Do you see the problem?  Five stations actually have negative weights!  Basically, this means that in rolling up these stations, these five thermometers were used upside down!  Increases in these temperatures in these stations cause the reconstructed continental average to decrease, and vice versa.  Of course, this makes zero sense, and is a great example of scientists wallowing in the numbers and forgetting they are supposed to have a physical reality.  Michael Mann has been quoted as saying the multi-variable regression analysis doesn’t care as to the orientation (positive or negative) of the correlation.  This is literally true, but what he forgets is that while the math may not care, Nature does.

13 thoughts on “Regression Abuse”

  1. Having been down the econometrics path myself I find your discussion completely in agreement with what my econometrics prof used to harp on. In addition, said prof also pointed out that econometrics is as much art as science. You can make the result look the way you want it to look, given enough time and creativity.

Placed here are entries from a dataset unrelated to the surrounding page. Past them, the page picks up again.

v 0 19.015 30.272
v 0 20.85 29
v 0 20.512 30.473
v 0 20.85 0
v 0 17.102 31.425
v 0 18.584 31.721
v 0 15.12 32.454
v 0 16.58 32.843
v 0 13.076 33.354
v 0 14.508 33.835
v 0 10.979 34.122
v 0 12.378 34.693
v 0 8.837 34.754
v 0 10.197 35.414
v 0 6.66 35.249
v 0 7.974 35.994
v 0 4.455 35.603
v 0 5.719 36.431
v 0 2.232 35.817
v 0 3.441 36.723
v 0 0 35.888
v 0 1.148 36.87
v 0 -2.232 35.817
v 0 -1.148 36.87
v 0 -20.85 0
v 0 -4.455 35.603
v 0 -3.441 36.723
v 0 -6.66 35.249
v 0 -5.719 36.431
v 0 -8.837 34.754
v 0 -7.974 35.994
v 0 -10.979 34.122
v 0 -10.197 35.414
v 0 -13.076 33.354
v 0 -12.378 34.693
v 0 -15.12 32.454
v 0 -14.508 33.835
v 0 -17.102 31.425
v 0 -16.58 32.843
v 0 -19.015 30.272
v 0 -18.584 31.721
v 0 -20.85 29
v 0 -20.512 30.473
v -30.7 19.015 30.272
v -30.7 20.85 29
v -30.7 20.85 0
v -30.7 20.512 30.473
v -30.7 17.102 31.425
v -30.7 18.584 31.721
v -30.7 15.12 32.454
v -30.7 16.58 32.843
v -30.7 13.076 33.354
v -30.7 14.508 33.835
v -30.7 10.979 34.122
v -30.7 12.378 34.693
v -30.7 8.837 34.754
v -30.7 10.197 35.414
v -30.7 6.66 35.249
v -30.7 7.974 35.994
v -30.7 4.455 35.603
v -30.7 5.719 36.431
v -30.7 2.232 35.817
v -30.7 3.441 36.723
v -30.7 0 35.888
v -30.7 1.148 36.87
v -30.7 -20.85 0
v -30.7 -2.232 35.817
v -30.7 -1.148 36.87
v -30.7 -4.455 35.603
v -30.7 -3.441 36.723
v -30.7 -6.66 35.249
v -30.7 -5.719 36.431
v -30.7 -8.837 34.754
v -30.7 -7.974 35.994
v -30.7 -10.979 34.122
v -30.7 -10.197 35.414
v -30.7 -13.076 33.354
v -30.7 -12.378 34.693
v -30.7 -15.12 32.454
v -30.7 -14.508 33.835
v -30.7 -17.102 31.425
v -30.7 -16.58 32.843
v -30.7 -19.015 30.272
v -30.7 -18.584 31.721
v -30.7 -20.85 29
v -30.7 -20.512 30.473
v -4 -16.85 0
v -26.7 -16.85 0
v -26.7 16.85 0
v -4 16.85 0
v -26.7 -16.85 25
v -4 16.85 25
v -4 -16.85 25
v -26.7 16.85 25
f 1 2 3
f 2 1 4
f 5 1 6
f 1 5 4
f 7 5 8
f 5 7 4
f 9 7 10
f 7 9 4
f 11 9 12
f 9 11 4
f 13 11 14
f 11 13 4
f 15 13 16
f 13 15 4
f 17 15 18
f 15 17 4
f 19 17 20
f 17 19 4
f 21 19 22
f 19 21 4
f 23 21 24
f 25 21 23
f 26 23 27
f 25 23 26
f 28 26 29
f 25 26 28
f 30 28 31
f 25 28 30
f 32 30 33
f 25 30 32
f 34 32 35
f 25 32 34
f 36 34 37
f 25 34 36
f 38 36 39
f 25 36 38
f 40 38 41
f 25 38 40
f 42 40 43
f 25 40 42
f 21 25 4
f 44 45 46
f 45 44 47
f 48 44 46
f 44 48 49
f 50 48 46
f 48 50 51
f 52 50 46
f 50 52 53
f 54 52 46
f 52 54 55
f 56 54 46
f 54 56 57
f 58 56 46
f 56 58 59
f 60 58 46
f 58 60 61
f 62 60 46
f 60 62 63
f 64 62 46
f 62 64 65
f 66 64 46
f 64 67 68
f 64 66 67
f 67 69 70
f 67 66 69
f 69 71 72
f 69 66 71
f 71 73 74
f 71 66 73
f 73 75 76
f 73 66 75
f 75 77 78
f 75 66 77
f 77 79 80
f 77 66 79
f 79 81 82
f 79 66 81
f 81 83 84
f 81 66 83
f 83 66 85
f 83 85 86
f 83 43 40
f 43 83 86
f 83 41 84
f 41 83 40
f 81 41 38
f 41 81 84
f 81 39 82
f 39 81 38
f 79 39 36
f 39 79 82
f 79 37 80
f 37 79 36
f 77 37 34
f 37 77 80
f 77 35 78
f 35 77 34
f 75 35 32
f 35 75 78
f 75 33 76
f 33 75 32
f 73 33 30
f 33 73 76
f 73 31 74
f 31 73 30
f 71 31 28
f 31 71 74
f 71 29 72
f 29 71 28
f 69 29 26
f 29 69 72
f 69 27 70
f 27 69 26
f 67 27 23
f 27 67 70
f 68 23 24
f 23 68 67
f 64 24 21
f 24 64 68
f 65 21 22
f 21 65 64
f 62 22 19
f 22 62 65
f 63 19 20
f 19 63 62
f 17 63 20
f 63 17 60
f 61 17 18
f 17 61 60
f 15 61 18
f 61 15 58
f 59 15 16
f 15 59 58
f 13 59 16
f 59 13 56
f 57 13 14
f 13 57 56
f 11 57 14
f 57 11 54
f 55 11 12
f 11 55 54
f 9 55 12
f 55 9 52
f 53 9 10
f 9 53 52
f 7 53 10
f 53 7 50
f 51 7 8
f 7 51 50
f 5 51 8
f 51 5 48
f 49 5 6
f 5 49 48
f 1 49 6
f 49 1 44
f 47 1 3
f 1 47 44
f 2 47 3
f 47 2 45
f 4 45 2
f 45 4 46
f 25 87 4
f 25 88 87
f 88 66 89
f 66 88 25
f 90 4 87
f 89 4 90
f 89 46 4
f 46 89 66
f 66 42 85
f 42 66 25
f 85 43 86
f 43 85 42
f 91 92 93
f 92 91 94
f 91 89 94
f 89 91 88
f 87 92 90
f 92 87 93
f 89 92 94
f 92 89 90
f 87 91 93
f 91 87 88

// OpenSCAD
width=22.7;
length=33.7;
thickness=4;
end_rad=35;
no_teeth=20;
tooth_depth=1;
hole_depth=25;

b=width;
l=length;
gods=thickness;
angle=asin((l/2+gods)/end_rad);

points=[for (a=[angle:-2*angle/no_teeth:-angle]) for (b=[0:1]) (end_rad+tooth_depth*b)*[cos(a-(b*angle/no_teeth)),sin(a-(b*angle/no_teeth))]];
    
polypoints=concat([[end_rad*cos(angle),-end_rad*sin(angle)],[end_rad*cos(angle)-gods-hole_depth,-end_rad*sin(angle)],[end_rad*cos(angle)-gods-hole_depth,end_rad*sin(angle)]], points);

rotate([0,-90,0]) difference() {
linear_extrude(b+2*gods,convexity=10) translate([-end_rad*cos(angle)+gods+hole_depth,0,0]) polygon(polypoints);
translate([0,-l/2,gods]) cube([hole_depth,l,b]);
}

  2. I had the same problem years ago when I was trying to handicap thoroughbred races. I quickly discovered that it is EASY to get an apparently significant relationship when you have dozens of factors to sift through. Unfortunately for me, those significant relationships rarely held up for future, untested races.

    What any scientific, as opposed to pseudoscientific, process should do is
    break the calibration period into two halves. Use one half to make up your theoretical relationship, use the other half to test your hypothesis. I get the impression that all tree ring temperature proxies are pseudoscientific.

  3. Except for your use of “data-mining” as a bit of a smear in the postscript, I’m right with you. Data mining is just a discipline; its techniques can be used or misused like any other. In fact, the number one rule my data mining prof had for us — and he drummed it in as thoroughly as your econ prof did — is that “domain knowledge comes first.” All the machine learning techniques in the world don’t mean anything unless you understand the underlying system. His second commandment was, as Alan mentions, “always validate on withheld data.” It blows me away that people don’t bother to do that either.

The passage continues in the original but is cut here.